**Task item**:
Only these lines of the data below are wanted: the one with "v 0 -153.304 44.605", the one with "v -6.534 6.189 0", and any lines between them, each repeated exactly.

□ □ □

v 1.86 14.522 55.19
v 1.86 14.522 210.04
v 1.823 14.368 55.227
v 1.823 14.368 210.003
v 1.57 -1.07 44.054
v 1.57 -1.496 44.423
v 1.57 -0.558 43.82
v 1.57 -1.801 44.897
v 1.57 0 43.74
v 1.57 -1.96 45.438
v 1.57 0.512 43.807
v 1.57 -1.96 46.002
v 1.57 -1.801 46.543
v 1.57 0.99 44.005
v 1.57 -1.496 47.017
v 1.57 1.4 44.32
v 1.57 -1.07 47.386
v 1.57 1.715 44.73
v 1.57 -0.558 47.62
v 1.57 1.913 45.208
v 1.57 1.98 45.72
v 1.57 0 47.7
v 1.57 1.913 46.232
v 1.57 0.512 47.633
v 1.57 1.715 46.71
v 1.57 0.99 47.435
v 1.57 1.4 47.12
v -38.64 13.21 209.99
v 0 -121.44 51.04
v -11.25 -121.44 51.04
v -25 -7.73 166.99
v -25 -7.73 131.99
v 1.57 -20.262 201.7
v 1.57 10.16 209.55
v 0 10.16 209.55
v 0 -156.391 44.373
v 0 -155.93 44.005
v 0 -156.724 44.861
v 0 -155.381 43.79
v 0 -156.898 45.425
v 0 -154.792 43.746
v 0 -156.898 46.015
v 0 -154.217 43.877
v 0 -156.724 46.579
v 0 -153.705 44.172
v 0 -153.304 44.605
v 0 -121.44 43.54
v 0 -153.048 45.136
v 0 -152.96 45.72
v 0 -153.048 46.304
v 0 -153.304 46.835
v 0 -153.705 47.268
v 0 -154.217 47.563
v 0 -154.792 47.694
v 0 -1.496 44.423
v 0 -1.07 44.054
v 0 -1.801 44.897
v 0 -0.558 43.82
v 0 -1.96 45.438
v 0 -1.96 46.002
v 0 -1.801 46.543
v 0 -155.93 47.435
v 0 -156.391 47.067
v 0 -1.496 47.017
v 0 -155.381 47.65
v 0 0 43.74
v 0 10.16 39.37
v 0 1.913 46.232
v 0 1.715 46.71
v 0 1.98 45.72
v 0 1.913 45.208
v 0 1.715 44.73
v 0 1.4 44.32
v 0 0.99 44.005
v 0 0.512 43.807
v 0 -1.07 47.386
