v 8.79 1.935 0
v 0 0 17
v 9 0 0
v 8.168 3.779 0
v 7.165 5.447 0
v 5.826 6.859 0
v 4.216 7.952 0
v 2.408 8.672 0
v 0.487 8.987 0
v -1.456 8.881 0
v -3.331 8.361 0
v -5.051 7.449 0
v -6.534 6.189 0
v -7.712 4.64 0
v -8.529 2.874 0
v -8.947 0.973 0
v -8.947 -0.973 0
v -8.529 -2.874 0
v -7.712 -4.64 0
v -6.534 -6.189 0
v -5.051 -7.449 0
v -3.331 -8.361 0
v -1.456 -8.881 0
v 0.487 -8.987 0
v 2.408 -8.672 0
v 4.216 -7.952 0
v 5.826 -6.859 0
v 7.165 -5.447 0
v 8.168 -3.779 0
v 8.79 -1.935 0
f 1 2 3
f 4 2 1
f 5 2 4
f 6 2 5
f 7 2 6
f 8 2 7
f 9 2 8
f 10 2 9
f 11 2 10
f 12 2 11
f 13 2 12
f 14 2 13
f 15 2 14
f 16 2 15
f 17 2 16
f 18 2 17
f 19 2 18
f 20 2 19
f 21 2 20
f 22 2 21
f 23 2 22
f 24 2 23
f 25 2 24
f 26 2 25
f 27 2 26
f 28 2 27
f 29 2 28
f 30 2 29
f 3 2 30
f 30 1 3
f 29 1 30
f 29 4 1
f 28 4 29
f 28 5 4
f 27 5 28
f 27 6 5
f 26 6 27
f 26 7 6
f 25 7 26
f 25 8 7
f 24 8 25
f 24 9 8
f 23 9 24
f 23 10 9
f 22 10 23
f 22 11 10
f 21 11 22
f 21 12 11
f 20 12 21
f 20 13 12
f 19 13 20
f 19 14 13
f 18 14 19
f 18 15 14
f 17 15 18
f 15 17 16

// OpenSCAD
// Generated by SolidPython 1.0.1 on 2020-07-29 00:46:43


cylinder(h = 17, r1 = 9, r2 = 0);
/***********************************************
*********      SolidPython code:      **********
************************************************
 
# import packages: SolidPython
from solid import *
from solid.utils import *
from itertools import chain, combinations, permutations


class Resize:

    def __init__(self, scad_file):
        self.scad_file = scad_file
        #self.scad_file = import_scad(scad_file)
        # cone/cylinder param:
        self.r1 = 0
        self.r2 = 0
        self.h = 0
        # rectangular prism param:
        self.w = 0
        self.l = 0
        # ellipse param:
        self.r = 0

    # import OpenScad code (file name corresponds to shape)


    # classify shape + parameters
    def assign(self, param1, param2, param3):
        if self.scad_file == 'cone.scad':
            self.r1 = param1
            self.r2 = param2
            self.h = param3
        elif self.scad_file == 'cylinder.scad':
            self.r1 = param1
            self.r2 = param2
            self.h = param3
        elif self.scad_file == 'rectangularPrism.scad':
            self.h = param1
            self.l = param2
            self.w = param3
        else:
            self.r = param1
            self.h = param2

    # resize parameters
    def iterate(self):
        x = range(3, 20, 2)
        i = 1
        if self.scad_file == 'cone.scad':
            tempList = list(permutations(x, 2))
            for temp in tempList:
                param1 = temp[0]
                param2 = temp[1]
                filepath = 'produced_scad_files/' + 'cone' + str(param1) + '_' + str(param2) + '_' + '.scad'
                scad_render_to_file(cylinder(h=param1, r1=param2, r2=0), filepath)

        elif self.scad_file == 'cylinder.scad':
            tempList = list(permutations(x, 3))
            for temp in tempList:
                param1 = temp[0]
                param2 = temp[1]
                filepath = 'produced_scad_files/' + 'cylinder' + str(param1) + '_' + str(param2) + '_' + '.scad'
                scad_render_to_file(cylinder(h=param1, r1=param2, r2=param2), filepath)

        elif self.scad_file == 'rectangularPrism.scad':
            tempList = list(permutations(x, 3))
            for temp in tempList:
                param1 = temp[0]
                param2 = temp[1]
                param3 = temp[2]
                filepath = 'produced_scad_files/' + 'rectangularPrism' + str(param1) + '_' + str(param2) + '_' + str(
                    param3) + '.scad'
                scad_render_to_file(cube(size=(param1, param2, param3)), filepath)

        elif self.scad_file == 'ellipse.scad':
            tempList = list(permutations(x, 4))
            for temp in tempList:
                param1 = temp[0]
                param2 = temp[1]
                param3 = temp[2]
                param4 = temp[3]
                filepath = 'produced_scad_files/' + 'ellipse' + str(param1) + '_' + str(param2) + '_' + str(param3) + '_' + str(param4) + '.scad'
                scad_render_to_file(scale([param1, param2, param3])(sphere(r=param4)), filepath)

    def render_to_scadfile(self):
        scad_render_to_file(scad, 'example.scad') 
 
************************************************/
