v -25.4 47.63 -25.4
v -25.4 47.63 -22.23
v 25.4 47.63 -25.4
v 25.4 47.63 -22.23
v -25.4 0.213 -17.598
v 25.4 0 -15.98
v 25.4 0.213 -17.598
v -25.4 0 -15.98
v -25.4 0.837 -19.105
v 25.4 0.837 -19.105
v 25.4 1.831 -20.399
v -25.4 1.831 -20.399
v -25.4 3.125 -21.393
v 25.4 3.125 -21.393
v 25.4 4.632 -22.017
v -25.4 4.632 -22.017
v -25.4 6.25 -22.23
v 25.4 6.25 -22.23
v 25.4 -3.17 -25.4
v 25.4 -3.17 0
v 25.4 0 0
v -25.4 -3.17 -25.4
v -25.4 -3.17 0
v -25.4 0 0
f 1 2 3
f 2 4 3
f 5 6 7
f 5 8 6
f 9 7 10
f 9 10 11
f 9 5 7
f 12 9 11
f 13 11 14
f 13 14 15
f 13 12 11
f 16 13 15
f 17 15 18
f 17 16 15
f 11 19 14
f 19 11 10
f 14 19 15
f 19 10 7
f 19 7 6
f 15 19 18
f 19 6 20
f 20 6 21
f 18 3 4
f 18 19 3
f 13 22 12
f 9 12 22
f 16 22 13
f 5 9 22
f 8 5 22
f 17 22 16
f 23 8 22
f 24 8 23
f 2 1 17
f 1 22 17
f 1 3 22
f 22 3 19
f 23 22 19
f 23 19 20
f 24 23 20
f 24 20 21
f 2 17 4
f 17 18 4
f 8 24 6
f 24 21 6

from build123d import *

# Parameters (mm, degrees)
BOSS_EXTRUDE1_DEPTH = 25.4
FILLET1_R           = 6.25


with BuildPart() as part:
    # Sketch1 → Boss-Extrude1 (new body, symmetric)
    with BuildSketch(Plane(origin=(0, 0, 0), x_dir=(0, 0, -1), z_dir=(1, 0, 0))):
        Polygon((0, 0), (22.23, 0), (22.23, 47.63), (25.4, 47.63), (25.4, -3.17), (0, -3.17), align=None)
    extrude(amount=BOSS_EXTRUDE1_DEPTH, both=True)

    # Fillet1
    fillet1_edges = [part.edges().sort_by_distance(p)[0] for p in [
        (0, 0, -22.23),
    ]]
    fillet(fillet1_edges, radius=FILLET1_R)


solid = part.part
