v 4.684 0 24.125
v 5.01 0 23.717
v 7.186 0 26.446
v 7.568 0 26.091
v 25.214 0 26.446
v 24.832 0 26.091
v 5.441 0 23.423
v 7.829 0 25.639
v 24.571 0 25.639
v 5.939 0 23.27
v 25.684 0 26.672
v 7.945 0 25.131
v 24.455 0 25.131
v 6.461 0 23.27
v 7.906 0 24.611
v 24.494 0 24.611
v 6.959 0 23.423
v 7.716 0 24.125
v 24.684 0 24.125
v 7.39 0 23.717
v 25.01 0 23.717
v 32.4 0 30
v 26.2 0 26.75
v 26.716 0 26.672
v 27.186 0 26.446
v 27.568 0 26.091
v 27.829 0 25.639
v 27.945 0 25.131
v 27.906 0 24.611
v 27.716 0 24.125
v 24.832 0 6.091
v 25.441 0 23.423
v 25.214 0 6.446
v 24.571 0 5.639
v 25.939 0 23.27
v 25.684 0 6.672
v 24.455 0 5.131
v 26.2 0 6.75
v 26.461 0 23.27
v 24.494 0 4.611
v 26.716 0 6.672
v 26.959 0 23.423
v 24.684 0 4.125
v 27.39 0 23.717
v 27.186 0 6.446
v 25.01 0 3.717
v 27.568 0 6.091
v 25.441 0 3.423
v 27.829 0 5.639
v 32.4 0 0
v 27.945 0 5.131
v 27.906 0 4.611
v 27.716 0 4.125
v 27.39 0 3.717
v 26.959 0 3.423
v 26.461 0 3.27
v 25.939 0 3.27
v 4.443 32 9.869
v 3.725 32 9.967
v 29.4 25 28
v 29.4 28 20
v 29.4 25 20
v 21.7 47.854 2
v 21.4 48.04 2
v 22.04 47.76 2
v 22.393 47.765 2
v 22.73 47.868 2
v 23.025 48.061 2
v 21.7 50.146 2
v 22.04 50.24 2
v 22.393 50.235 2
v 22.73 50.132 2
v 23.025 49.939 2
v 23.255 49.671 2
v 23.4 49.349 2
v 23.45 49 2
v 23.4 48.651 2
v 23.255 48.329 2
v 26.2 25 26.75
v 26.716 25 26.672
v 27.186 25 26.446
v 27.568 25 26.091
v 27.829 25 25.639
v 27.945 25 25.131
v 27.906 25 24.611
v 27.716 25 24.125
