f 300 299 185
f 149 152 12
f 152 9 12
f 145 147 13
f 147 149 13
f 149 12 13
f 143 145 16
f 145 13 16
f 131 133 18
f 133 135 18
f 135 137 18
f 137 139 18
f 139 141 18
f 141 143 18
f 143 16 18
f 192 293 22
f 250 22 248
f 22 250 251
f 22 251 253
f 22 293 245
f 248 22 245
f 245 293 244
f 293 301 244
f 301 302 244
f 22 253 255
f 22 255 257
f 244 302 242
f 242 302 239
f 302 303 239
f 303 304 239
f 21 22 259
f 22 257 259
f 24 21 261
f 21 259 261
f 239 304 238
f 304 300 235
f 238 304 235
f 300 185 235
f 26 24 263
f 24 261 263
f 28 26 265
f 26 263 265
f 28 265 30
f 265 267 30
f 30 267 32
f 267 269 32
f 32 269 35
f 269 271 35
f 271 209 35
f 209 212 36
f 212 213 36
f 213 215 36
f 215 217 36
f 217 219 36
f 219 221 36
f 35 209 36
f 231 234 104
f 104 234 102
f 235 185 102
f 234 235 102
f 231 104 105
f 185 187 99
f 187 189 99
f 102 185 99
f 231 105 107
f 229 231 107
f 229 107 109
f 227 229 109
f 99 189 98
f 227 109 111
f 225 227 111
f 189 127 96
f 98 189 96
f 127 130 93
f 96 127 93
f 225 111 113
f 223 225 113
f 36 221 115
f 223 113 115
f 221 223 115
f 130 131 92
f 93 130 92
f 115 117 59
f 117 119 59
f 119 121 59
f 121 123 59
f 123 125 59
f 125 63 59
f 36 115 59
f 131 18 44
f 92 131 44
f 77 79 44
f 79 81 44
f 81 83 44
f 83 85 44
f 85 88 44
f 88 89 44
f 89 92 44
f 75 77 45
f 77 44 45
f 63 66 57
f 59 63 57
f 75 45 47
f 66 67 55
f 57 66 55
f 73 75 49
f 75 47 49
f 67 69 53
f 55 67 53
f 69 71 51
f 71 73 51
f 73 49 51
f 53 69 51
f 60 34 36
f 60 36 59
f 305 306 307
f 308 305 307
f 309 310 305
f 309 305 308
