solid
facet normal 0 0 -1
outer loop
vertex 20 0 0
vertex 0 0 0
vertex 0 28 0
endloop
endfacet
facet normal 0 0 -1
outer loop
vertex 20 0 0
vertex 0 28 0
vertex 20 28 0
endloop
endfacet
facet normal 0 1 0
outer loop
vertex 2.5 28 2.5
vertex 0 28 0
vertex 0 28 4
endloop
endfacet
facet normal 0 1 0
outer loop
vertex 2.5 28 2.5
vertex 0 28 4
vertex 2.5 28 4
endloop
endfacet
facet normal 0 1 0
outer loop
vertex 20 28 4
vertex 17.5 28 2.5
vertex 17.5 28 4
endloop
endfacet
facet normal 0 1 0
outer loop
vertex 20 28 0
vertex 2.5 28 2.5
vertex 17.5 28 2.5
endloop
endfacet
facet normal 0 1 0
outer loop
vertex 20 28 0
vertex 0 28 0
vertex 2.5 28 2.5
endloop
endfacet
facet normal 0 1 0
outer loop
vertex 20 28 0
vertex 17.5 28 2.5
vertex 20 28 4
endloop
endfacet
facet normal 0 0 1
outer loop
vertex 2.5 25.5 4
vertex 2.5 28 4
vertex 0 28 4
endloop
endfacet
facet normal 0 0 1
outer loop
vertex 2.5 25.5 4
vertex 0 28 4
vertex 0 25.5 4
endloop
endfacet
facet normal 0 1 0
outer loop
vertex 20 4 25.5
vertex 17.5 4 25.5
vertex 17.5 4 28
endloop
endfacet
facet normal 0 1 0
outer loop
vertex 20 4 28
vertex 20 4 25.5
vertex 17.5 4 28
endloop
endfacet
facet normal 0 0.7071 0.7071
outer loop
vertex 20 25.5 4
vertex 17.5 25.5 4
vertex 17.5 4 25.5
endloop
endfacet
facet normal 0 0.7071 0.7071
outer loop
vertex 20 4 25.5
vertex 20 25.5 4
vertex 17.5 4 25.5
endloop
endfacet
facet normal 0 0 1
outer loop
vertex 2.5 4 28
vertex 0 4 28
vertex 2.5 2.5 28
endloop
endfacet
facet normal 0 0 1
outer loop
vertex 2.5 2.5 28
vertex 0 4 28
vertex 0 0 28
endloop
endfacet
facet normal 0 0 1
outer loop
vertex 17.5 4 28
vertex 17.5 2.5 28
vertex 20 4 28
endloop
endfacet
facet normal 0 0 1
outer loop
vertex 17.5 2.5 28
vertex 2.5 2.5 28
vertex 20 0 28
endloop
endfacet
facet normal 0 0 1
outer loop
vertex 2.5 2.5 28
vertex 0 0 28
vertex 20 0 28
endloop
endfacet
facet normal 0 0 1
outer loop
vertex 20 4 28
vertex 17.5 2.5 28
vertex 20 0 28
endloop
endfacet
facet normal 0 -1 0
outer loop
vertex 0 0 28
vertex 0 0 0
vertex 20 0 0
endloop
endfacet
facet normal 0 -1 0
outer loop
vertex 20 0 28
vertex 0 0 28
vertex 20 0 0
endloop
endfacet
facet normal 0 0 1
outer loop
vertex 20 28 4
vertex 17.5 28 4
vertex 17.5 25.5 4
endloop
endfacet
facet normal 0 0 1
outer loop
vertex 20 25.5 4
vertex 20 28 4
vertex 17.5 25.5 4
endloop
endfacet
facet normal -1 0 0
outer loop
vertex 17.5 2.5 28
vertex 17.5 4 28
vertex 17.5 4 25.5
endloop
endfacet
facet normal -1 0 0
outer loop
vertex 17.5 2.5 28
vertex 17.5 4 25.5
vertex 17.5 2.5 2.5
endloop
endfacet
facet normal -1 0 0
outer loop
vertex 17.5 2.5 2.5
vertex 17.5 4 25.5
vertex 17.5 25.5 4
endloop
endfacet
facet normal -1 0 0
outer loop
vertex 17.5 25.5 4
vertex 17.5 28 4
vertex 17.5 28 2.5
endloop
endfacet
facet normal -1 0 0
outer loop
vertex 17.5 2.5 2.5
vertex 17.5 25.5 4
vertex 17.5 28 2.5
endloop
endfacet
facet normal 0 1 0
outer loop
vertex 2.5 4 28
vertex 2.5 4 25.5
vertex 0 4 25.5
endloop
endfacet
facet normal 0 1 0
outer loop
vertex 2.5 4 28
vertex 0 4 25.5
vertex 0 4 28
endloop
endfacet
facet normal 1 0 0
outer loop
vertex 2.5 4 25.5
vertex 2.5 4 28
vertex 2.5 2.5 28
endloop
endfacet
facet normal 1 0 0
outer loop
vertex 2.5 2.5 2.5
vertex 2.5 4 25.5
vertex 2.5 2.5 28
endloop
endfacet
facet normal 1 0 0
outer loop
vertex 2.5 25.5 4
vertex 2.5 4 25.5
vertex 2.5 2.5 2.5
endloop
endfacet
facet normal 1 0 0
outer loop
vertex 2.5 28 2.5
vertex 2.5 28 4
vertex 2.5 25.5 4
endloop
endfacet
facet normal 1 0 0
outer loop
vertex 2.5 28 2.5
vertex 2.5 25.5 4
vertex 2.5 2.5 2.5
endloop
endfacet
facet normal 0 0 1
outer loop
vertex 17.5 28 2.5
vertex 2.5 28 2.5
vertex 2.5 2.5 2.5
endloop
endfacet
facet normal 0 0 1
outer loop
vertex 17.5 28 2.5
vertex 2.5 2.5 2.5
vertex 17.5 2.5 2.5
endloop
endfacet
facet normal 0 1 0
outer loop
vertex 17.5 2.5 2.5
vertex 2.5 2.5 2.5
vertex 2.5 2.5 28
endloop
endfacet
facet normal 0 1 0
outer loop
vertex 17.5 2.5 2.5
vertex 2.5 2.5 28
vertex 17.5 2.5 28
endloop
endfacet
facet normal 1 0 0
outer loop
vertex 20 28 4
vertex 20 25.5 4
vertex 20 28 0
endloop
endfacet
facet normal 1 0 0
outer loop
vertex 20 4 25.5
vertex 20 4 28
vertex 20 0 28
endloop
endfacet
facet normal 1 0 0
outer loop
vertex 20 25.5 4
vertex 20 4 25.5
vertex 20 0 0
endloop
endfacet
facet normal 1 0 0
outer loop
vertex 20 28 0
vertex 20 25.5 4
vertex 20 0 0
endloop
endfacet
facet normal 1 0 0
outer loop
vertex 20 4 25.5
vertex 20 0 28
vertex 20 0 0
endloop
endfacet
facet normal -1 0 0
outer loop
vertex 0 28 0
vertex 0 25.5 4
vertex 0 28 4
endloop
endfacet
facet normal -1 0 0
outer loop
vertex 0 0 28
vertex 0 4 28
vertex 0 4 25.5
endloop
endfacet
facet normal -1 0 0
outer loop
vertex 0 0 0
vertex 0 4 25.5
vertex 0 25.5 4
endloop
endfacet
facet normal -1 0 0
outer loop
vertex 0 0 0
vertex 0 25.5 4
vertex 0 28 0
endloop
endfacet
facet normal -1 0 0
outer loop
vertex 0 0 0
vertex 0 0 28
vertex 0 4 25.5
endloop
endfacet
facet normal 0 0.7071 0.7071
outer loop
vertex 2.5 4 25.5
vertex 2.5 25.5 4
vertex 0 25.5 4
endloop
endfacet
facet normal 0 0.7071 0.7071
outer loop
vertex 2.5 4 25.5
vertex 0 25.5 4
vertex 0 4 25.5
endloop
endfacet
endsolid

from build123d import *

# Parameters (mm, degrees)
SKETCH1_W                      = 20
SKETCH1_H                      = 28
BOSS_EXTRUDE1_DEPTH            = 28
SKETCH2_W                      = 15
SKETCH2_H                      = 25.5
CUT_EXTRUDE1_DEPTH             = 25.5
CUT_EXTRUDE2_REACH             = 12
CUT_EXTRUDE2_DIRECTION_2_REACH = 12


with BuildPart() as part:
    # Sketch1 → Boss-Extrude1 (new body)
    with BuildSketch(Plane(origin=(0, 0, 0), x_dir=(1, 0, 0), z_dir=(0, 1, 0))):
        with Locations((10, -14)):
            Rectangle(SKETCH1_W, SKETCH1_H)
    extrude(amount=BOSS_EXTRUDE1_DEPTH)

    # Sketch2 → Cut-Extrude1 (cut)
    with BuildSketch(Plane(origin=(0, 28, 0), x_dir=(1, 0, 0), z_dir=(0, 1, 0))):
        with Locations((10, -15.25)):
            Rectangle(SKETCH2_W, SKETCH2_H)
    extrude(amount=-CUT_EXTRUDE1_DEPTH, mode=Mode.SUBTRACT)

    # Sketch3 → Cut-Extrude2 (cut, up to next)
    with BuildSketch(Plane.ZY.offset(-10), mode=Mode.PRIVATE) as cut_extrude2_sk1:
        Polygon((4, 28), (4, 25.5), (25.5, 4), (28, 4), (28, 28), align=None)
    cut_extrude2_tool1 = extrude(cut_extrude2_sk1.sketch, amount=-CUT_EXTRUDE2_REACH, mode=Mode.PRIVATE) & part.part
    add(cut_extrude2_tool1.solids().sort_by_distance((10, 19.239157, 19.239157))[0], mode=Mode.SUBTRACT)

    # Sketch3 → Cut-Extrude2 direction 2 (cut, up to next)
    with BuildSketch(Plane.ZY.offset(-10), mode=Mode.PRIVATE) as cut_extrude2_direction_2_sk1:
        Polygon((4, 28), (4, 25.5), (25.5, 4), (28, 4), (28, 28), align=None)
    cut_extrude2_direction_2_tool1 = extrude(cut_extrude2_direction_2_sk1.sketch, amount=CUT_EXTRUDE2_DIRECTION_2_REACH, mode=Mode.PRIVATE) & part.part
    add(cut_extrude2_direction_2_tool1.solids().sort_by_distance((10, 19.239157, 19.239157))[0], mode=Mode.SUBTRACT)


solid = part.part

□ □ □

**Response to the task**:
v 0 -153.304 44.605
v 0 -121.44 43.54
v 0 -153.048 45.136
v 0 -152.96 45.72
v 0 -153.048 46.304
v 0 -153.304 46.835
v 0 -153.705 47.268
v 0 -154.217 47.563
v 0 -154.792 47.694
v 0 -1.496 44.423
v 0 -1.07 44.054
v 0 -1.801 44.897
v 0 -0.558 43.82
v 0 -1.96 45.438
v 0 -1.96 46.002
v 0 -1.801 46.543
v 0 -155.93 47.435
v 0 -156.391 47.067
v 0 -1.496 47.017
v 0 -155.381 47.65
v 0 0 43.74
v 0 10.16 39.37
v 0 1.913 46.232
v 0 1.715 46.71
v 0 1.98 45.72
v 0 1.913 45.208
v 0 1.715 44.73
v 0 1.4 44.32
v 0 0.99 44.005
v 0 0.512 43.807
v 0 -1.07 47.386
v 8.79 1.935 0
v 0 0 17
v 9 0 0
v 8.168 3.779 0
v 7.165 5.447 0
v 5.826 6.859 0
v 4.216 7.952 0
v 2.408 8.672 0
v 0.487 8.987 0
v -1.456 8.881 0
v -3.331 8.361 0
v -5.051 7.449 0
v -6.534 6.189 0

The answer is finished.